#### [WHAT YOU ARE ASKED TO DO]
The output is the lines below from the one with "#209=ADVANCED_BREP_SHAPE_REPRESENTATION('',(#208),#12);" through the one with "The same part", both included, printed exactly and with no other line.

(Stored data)
■ ■ ■ ■ ■ ■ ■
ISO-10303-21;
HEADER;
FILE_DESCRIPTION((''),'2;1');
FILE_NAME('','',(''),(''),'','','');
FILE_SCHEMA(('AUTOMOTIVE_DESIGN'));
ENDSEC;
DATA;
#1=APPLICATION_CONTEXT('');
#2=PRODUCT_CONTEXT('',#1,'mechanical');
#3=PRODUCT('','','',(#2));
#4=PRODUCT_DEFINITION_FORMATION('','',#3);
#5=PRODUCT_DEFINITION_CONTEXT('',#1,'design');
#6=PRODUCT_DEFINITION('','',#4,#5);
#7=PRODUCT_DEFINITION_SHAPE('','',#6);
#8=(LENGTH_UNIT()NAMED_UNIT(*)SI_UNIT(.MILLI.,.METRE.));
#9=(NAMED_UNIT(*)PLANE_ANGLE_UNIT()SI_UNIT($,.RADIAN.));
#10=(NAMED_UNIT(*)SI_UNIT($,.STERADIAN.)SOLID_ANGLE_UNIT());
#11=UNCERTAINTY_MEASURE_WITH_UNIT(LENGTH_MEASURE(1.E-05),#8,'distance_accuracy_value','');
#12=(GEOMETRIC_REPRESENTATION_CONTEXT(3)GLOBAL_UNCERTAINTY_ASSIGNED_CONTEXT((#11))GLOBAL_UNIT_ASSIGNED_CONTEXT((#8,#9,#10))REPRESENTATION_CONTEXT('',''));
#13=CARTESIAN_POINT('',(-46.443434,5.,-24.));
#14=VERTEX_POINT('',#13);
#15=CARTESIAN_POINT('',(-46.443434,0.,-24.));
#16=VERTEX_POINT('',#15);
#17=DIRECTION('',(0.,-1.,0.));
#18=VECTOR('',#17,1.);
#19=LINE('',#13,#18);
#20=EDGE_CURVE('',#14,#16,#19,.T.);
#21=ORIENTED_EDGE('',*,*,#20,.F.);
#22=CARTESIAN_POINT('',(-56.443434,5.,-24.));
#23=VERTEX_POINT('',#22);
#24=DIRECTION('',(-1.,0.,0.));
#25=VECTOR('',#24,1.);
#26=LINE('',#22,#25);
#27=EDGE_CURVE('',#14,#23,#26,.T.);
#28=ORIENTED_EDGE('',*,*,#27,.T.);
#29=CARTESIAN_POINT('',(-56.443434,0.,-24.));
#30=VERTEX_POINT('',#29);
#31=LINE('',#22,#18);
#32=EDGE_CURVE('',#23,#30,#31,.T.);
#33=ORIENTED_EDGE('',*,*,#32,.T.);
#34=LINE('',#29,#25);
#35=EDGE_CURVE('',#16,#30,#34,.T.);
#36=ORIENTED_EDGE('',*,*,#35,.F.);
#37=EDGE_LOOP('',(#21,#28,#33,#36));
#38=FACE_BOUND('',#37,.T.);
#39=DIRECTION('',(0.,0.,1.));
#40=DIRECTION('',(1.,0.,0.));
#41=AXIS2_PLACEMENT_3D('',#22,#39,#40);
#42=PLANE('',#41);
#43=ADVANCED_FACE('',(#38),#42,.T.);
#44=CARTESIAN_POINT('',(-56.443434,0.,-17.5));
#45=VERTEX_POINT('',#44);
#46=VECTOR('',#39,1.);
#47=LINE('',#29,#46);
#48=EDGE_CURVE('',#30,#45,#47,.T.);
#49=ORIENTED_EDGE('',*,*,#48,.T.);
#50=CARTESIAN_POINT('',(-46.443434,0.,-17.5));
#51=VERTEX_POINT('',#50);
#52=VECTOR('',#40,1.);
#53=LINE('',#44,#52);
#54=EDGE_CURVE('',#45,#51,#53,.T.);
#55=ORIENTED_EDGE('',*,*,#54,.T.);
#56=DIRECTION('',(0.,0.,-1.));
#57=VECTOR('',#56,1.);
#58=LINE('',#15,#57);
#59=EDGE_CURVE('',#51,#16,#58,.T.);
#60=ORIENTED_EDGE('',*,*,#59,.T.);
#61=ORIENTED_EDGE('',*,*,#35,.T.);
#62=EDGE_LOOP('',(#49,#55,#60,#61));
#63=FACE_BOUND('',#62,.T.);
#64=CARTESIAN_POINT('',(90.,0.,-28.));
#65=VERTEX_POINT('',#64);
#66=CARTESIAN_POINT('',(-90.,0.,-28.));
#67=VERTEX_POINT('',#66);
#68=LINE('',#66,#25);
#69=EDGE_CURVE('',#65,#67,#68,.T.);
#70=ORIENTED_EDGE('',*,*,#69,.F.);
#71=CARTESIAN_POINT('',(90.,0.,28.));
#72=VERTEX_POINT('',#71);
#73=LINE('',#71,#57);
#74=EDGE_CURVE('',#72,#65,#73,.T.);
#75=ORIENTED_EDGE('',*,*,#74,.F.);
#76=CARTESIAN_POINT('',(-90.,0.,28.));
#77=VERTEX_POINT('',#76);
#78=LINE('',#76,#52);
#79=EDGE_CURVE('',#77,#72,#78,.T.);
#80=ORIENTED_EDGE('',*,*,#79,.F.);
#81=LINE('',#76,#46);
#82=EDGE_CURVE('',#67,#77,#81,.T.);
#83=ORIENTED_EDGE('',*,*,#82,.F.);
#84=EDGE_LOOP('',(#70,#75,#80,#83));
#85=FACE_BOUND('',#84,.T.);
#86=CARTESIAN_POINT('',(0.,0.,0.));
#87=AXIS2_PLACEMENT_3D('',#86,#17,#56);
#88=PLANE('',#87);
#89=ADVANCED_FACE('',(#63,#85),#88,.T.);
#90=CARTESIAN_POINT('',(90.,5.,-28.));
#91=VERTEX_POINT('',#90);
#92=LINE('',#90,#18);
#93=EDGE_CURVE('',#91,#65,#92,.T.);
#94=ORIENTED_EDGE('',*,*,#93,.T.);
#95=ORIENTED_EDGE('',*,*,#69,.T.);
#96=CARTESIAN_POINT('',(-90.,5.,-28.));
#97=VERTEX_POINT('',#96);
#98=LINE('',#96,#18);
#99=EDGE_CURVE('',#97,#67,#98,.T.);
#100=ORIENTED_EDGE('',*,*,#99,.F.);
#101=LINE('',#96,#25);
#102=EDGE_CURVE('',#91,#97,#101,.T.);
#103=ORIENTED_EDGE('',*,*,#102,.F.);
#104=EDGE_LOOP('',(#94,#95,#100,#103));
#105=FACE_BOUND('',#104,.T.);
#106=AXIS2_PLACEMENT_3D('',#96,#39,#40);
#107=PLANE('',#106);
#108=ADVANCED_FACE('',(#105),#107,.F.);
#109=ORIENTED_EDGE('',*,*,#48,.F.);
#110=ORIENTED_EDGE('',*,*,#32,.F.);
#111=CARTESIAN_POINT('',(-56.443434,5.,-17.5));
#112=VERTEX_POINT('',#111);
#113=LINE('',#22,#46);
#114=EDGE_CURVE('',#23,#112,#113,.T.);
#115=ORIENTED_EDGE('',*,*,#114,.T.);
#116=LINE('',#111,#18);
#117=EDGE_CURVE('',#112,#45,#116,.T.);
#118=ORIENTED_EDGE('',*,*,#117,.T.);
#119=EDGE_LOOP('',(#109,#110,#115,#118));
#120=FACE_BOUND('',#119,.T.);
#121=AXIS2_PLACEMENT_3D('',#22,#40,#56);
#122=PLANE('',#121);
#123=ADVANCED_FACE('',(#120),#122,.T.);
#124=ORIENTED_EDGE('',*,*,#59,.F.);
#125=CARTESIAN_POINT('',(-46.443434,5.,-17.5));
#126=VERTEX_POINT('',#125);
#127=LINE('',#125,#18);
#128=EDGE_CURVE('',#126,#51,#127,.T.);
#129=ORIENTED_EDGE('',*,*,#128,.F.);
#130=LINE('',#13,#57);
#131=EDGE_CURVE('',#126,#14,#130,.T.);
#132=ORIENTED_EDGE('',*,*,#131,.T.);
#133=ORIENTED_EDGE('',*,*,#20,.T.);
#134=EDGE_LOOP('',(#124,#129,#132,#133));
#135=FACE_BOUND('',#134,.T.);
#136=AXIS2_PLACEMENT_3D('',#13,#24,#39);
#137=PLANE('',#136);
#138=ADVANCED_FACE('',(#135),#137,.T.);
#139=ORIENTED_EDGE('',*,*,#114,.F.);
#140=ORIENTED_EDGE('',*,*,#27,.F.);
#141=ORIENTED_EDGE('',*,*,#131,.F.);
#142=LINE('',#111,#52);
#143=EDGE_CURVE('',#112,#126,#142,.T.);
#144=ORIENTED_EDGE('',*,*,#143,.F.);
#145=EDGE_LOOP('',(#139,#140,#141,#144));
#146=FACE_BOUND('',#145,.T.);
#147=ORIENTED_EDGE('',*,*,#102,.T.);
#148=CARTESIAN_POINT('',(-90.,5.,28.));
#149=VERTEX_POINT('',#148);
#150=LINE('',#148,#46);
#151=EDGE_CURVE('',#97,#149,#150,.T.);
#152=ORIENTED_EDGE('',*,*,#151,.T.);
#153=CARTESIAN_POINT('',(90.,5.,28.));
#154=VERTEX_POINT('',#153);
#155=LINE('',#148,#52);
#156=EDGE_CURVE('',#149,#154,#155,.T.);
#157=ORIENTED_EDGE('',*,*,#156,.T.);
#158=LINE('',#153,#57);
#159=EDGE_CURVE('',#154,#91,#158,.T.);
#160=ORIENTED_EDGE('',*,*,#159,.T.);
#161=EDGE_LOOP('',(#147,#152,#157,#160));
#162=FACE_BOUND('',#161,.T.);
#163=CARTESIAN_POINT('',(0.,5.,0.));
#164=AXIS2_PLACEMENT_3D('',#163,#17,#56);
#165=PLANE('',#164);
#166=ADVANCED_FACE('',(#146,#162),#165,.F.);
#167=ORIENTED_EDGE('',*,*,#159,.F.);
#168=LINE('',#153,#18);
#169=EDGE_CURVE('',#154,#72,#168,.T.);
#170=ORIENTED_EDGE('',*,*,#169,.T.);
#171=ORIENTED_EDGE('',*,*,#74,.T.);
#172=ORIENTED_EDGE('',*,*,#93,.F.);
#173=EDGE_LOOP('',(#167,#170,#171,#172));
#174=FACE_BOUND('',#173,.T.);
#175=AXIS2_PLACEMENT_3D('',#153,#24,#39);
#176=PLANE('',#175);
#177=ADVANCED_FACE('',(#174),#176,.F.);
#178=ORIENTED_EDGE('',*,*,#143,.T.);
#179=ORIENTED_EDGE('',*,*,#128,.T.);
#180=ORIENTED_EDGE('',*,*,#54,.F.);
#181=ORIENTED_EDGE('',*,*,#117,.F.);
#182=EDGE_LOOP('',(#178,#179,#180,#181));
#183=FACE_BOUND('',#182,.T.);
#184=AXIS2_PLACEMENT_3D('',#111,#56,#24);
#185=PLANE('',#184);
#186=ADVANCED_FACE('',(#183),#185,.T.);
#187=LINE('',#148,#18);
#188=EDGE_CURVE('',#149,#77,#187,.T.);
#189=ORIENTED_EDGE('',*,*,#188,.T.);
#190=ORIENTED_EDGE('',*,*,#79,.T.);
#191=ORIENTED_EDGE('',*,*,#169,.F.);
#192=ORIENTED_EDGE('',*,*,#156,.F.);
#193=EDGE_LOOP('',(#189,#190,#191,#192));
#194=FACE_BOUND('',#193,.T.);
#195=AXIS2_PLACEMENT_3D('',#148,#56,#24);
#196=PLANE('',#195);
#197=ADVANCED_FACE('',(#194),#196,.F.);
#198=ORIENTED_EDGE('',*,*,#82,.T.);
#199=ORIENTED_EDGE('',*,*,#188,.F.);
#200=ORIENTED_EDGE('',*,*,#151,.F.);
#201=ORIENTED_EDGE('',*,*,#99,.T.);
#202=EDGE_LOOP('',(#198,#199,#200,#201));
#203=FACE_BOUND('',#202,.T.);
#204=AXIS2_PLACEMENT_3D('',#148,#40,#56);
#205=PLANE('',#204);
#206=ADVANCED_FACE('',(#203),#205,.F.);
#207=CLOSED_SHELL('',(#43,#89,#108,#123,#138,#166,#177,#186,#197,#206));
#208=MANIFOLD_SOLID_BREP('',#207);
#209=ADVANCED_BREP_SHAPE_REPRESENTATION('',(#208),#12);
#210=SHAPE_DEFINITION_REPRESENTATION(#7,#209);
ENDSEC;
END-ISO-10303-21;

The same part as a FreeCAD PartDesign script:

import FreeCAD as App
import Part
import Sketcher

V = App.Vector
Q = App.Units.Quantity


def add_polygon(sketch, points):
    """Adds a closed chain of lines whose ends are joined by coincident constraints."""
    first, n = sketch.GeometryCount, len(points)
    for a, b in zip(points, points[1:] + points[:1]):
        sketch.addGeometry(Part.LineSegment(App.Vector(*a, 0), App.Vector(*b, 0)), False)
    for i in range(n):
        sketch.addConstraint(Sketcher.Constraint("Coincident", first + i, 2, first + (i + 1) % n, 1))

doc = App.newDocument("Part")
body = doc.addObject("PartDesign::Body", "Body")

# Sketch on XZ plane
sketch1 = body.newObject("Sketcher::SketchObject", "Sketch")
sketch1.AttachmentSupport = (doc.getObject("XZ_Plane"), [""])
sketch1.MapMode = "FlatFace"
add_polygon(sketch1, [(-90, -28), (-90, 28), (90, 28), (90, -28)])  # lines 0-3
add_polygon(sketch1, [(-46, -18), (-56, -18), (-56, -24), (-46, -24)])  # lines 4-7
sketch1.addConstraint(Sketcher.Constraint("Vertical", 0))
sketch1.addConstraint(Sketcher.Constraint("Horizontal", 1))
sketch1.addConstraint(Sketcher.Constraint("Vertical", 2))
sketch1.addConstraint(Sketcher.Constraint("Horizontal", 3))
sketch1.addConstraint(Sketcher.Constraint("Horizontal", 4))
sketch1.addConstraint(Sketcher.Constraint("Vertical", 5))
sketch1.addConstraint(Sketcher.Constraint("Horizontal", 6))
sketch1.addConstraint(Sketcher.Constraint("Vertical", 7))
sketch1.addConstraint(Sketcher.Constraint("Symmetric", 0, 2, 2, 2, -1, 1))
sketch1.addConstraint(Sketcher.Constraint("DistanceX", 1, 1, 1, 2, Q("180 mm")))
sketch1.addConstraint(Sketcher.Constraint("DistanceX", 4, 2, 4, 1, Q("10 mm")))
sketch1.addConstraint(Sketcher.Constraint("DistanceY", 0, 1, 0, 2, Q("56 mm")))
sketch1.addConstraint(Sketcher.Constraint("DistanceY", 5, 2, 5, 1, Q("6.5 mm")))
sketch1.addConstraint(Sketcher.Constraint("DistanceY", 5, 2, -1, 1, Q("24 mm")))
sketch1.addConstraint(Sketcher.Constraint("DistanceX", 4, 2, -1, 1, Q("56.443434 mm")))
pad1 = body.newObject("PartDesign::Pad", "Pad")
pad1.Profile = sketch1
pad1.Length = 5
pad1.Reversed = True

doc.recompute()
■ ■ ■ ■ ■ ■ ■
#### [EXERCISE RESPONSE]
#209=ADVANCED_BREP_SHAPE_REPRESENTATION('',(#208),#12);
#210=SHAPE_DEFINITION_REPRESENTATION(#7,#209);
ENDSEC;
END-ISO-10303-21;

The same part as a FreeCAD PartDesign script:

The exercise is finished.